Data section
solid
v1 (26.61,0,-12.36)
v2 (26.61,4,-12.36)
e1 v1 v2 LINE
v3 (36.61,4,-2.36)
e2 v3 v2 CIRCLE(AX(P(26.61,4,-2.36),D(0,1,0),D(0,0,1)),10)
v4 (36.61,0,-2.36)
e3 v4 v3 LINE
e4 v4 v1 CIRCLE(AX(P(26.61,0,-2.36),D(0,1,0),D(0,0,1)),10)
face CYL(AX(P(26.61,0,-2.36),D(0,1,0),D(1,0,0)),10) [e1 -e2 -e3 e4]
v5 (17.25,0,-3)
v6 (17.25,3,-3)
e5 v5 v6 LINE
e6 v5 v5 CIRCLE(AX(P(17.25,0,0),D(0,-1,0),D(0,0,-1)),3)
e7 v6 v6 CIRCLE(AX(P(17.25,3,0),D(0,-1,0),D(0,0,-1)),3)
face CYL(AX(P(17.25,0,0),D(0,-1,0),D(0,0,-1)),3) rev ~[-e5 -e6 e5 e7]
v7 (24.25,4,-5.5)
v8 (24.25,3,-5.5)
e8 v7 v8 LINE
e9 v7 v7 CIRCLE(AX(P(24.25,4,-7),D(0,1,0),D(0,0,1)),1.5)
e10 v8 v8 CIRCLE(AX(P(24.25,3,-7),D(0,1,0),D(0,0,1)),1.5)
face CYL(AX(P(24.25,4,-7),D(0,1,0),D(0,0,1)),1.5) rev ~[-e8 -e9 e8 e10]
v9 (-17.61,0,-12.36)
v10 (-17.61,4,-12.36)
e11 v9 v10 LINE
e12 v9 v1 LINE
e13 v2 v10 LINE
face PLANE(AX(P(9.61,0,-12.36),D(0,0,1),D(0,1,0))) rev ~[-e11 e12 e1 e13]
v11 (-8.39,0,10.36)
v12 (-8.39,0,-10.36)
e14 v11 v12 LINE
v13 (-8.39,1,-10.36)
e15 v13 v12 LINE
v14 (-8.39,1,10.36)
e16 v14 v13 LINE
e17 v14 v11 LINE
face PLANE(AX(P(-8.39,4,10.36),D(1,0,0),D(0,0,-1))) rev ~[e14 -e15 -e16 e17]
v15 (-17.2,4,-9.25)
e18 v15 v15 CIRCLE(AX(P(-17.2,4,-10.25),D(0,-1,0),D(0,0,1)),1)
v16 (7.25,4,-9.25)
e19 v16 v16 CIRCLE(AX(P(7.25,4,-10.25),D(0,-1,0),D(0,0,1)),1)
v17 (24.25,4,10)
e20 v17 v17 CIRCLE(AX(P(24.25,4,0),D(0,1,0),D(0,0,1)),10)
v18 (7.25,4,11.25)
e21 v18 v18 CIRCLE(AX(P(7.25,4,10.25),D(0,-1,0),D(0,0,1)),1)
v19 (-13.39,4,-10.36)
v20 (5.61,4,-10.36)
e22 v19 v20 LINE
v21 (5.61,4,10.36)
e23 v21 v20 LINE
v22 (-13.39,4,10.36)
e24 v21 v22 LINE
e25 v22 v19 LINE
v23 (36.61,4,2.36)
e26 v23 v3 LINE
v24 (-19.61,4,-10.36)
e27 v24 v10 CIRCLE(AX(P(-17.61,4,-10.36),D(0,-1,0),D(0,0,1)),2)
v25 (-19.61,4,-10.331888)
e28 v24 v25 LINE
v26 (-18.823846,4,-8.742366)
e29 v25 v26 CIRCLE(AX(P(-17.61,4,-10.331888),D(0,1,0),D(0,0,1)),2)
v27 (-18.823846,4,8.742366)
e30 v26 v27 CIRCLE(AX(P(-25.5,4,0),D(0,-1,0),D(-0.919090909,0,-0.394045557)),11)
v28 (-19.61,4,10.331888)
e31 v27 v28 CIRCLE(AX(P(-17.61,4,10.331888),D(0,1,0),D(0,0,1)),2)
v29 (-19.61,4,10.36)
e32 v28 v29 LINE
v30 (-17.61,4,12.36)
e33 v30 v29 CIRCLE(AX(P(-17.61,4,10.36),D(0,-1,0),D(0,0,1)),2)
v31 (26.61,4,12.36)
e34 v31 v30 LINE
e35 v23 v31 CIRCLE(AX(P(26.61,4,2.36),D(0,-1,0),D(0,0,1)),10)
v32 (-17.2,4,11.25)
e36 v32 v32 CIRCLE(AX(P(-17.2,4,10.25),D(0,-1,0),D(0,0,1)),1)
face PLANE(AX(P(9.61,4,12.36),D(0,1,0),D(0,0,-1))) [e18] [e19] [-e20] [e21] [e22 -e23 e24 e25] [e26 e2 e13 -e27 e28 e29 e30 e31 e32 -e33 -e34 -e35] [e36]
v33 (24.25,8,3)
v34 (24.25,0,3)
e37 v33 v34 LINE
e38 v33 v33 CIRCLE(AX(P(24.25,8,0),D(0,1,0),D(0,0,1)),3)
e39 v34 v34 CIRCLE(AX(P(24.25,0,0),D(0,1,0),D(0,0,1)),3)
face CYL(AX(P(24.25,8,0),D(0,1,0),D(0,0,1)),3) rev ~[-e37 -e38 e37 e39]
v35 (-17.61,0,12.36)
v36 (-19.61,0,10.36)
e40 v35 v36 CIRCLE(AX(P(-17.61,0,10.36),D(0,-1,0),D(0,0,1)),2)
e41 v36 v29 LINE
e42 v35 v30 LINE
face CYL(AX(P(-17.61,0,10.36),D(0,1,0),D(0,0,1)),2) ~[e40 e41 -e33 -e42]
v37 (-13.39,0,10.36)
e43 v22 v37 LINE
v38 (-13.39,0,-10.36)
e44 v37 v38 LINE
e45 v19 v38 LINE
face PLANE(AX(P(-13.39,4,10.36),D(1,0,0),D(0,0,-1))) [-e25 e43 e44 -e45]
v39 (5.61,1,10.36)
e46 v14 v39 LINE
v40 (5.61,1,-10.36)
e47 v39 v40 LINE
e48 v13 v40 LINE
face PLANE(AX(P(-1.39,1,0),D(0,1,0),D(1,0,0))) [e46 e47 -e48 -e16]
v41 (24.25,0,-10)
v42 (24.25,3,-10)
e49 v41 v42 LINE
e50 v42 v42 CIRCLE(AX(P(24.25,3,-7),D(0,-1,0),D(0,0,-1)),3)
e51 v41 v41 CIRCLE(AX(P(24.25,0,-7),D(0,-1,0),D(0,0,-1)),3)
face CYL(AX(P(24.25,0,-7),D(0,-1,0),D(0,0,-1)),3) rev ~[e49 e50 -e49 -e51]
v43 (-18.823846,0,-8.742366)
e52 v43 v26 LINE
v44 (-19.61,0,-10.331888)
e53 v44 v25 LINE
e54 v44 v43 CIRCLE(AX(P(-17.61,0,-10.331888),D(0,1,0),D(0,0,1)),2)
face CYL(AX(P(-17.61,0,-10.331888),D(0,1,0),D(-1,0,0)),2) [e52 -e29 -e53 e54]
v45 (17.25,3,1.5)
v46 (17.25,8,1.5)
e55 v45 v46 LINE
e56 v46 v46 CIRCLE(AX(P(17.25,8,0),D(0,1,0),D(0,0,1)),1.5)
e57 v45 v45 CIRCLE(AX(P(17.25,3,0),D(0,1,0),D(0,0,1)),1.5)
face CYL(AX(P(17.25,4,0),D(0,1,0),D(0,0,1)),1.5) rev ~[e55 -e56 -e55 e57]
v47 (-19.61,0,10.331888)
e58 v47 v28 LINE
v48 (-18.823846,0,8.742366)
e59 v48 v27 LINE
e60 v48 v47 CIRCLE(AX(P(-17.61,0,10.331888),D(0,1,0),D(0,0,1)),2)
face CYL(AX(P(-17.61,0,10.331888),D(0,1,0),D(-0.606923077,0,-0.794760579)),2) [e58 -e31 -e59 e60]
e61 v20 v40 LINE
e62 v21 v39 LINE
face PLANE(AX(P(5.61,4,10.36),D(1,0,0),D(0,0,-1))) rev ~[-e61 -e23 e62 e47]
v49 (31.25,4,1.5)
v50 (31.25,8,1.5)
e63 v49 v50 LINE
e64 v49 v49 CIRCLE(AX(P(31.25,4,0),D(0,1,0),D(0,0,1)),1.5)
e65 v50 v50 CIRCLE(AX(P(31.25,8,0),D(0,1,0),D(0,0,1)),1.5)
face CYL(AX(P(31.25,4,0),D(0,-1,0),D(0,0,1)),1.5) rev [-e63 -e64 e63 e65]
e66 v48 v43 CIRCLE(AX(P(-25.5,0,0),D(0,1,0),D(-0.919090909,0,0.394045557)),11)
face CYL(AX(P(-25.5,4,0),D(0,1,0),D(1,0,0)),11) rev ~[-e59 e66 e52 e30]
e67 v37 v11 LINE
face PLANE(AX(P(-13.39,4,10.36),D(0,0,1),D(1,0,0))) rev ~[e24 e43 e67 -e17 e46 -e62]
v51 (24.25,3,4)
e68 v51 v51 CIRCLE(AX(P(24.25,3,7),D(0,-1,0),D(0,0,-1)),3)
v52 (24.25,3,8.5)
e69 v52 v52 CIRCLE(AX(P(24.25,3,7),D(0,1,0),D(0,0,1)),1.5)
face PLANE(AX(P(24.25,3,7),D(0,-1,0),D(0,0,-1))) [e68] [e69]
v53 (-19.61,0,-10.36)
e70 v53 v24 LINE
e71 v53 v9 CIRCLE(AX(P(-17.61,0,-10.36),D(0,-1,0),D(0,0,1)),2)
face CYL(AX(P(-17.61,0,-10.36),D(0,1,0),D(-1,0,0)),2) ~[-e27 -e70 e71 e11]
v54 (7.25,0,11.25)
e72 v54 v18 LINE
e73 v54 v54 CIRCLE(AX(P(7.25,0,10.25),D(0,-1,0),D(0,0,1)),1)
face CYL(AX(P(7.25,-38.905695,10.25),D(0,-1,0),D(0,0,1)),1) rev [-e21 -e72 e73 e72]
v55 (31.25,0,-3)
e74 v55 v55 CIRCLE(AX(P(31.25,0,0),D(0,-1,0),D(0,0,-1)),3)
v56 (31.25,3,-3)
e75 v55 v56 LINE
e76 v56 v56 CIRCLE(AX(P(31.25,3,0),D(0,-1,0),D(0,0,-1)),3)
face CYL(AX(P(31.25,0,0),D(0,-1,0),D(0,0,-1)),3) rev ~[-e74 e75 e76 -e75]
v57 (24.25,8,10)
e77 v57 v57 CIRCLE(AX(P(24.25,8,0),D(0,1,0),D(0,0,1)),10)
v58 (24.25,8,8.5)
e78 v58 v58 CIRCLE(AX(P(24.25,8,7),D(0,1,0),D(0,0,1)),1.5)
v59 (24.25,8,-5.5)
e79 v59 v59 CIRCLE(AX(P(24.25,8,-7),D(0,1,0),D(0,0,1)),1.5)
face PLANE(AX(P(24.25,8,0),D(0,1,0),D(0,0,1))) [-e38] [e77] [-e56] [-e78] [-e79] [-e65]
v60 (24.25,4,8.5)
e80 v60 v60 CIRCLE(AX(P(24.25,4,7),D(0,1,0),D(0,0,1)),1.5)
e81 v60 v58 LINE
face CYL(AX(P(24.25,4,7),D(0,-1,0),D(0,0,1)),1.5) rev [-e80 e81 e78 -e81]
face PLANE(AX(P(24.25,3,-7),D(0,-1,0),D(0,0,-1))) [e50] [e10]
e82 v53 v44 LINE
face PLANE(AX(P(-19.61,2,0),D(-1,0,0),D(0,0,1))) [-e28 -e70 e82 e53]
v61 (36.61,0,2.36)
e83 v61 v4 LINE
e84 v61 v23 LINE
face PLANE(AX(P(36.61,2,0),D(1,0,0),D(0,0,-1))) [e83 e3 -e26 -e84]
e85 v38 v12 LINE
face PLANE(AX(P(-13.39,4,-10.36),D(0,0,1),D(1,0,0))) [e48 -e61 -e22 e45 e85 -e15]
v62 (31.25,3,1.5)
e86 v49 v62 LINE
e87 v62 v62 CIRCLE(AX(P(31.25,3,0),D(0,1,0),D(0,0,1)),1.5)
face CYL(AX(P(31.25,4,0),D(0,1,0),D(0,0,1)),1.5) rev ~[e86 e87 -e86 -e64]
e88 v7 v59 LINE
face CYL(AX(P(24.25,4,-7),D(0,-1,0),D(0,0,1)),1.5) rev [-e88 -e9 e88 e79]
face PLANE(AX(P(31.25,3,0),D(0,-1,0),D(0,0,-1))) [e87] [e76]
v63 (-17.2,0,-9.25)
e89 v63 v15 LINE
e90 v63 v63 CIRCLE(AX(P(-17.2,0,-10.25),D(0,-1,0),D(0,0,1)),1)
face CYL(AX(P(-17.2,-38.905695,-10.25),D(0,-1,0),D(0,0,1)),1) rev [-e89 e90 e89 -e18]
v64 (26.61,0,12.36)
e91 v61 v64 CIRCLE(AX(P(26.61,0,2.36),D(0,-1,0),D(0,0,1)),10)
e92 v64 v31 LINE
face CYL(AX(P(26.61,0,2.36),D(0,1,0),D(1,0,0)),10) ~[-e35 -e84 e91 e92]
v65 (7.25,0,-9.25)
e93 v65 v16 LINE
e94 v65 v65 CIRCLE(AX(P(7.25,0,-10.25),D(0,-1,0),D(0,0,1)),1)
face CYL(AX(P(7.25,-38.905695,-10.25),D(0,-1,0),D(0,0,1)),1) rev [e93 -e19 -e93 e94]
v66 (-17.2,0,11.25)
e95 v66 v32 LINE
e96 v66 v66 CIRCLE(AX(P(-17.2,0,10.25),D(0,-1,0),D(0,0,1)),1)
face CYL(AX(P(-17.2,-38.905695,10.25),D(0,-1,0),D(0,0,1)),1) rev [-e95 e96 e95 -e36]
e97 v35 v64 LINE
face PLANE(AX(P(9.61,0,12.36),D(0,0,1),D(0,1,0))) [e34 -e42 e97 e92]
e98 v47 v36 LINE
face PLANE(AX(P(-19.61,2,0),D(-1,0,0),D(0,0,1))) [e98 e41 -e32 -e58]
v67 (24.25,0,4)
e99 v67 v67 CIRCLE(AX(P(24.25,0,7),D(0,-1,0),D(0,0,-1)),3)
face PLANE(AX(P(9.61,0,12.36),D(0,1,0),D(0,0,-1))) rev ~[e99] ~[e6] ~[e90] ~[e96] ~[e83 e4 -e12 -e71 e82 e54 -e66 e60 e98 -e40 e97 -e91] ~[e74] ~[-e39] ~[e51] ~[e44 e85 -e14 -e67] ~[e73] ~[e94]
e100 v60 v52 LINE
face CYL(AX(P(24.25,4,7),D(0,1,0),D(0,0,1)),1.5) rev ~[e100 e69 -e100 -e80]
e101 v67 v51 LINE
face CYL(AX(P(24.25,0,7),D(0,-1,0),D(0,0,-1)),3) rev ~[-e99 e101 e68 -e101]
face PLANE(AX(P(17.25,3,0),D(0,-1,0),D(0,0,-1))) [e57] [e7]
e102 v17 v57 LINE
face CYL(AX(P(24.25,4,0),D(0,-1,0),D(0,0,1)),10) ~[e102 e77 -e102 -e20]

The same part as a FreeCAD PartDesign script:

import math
import FreeCAD as App
import Part
import Sketcher

V = App.Vector


def edges_at(feature, points):
    """Names of the edges that pass closest to the given points."""
    edges = feature.Shape.Edges
    near = lambda p: min(range(len(edges)), key=lambda i: edges[i].distToShape(Part.Vertex(*p))[0])
    return sorted({f"Edge{near(p) + 1}" for p in points})


def add_polygon(sketch, points):
    """Adds a closed chain of lines whose ends are joined by coincident constraints."""
    first, n = sketch.GeometryCount, len(points)
    for a, b in zip(points, points[1:] + points[:1]):
        sketch.addGeometry(Part.LineSegment(App.Vector(*a, 0), App.Vector(*b, 0)), False)
    for i in range(n):
        sketch.addConstraint(Sketcher.Constraint("Coincident", first + i, 2, first + (i + 1) % n, 1))

doc = App.newDocument("Part")
params = doc.addObject("Spreadsheet::Sheet", "Params")
for row, (alias, value) in enumerate([
    ("sketch1_radius", "3 mm"),
    ("sketch1_width", "42.22 mm"),
    ("sketch1_height", "24.72 mm"),
    ("pad1_length", "4 mm"),
    ("sketch2_diameter", "2 mm"),
    ("sketch3_width", "14 mm"),
    ("sketch3_height", "20.72 mm"),
    ("pocket2_length", "3 mm"),
    ("sketch4_width", "5 mm"),
    ("sketch4_height", "20.72 mm"),
    ("pocket3_length", "4 mm"),
    ("sketch5_width", "4 mm"),
    ("sketch5_height", "24.72 mm"),
    ("pad2_length", "27 mm"),
    ("sketch6_diameter", "20 mm"),
    ("pad3_length", "4 mm"),
    ("sketch7_diameter", "3 mm"),
    ("pocket4_length", "8 mm"),
    ("fillet_radius", "10 mm"),
    ("fillet2_radius", "10 mm"),
    ("sketch8_diameter", "22 mm"),
    ("pocket5_length", "4 mm"),
    ("sketch9_width", "4 mm"),
    ("sketch9_height", "24.72 mm"),
    ("pocket6_length", "16 mm"),
    ("fillet3_radius", "2 mm"),
    ("fillet4_radius", "2 mm"),
    ("fillet5_radius", "2 mm"),
    ("fillet6_radius", "2 mm"),
    ("sketch10_diameter", "6 mm"),
    ("pocket7_length", "13 mm"),
    ("sketch11_diameter", "6 mm"),
    ("pocket8_length", "3 mm"),
], start=1):
    params.set(f"A{row}", alias)
    params.set(f"B{row}", "=" + value)
    params.setAlias(f"B{row}", alias)

body = doc.addObject("PartDesign::Body", "Body")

Exercise objective
What you give back should be exactly the lines of the data above from the line with "face CYL(AX(P(17.25,4,0),D(0,1,0),D(0,0,1)),1.5) rev" through the line with "e67 v37 v11 LINE", both of those included, and nothing more.

Answer space
face CYL(AX(P(17.25,4,0),D(0,1,0),D(0,0,1)),1.5) rev ~[e55 -e56 -e55 e57]
v47 (-19.61,0,10.331888)
e58 v47 v28 LINE
v48 (-18.823846,0,8.742366)
e59 v48 v27 LINE
e60 v48 v47 CIRCLE(AX(P(-17.61,0,10.331888),D(0,1,0),D(0,0,1)),2)
face CYL(AX(P(-17.61,0,10.331888),D(0,1,0),D(-0.606923077,0,-0.794760579)),2) [e58 -e31 -e59 e60]
e61 v20 v40 LINE
e62 v21 v39 LINE
face PLANE(AX(P(5.61,4,10.36),D(1,0,0),D(0,0,-1))) rev ~[-e61 -e23 e62 e47]
v49 (31.25,4,1.5)
v50 (31.25,8,1.5)
e63 v49 v50 LINE
e64 v49 v49 CIRCLE(AX(P(31.25,4,0),D(0,1,0),D(0,0,1)),1.5)
e65 v50 v50 CIRCLE(AX(P(31.25,8,0),D(0,1,0),D(0,0,1)),1.5)
face CYL(AX(P(31.25,4,0),D(0,-1,0),D(0,0,1)),1.5) rev [-e63 -e64 e63 e65]
e66 v48 v43 CIRCLE(AX(P(-25.5,0,0),D(0,1,0),D(-0.919090909,0,0.394045557)),11)
face CYL(AX(P(-25.5,4,0),D(0,1,0),D(1,0,0)),11) rev ~[-e59 e66 e52 e30]
e67 v37 v11 LINE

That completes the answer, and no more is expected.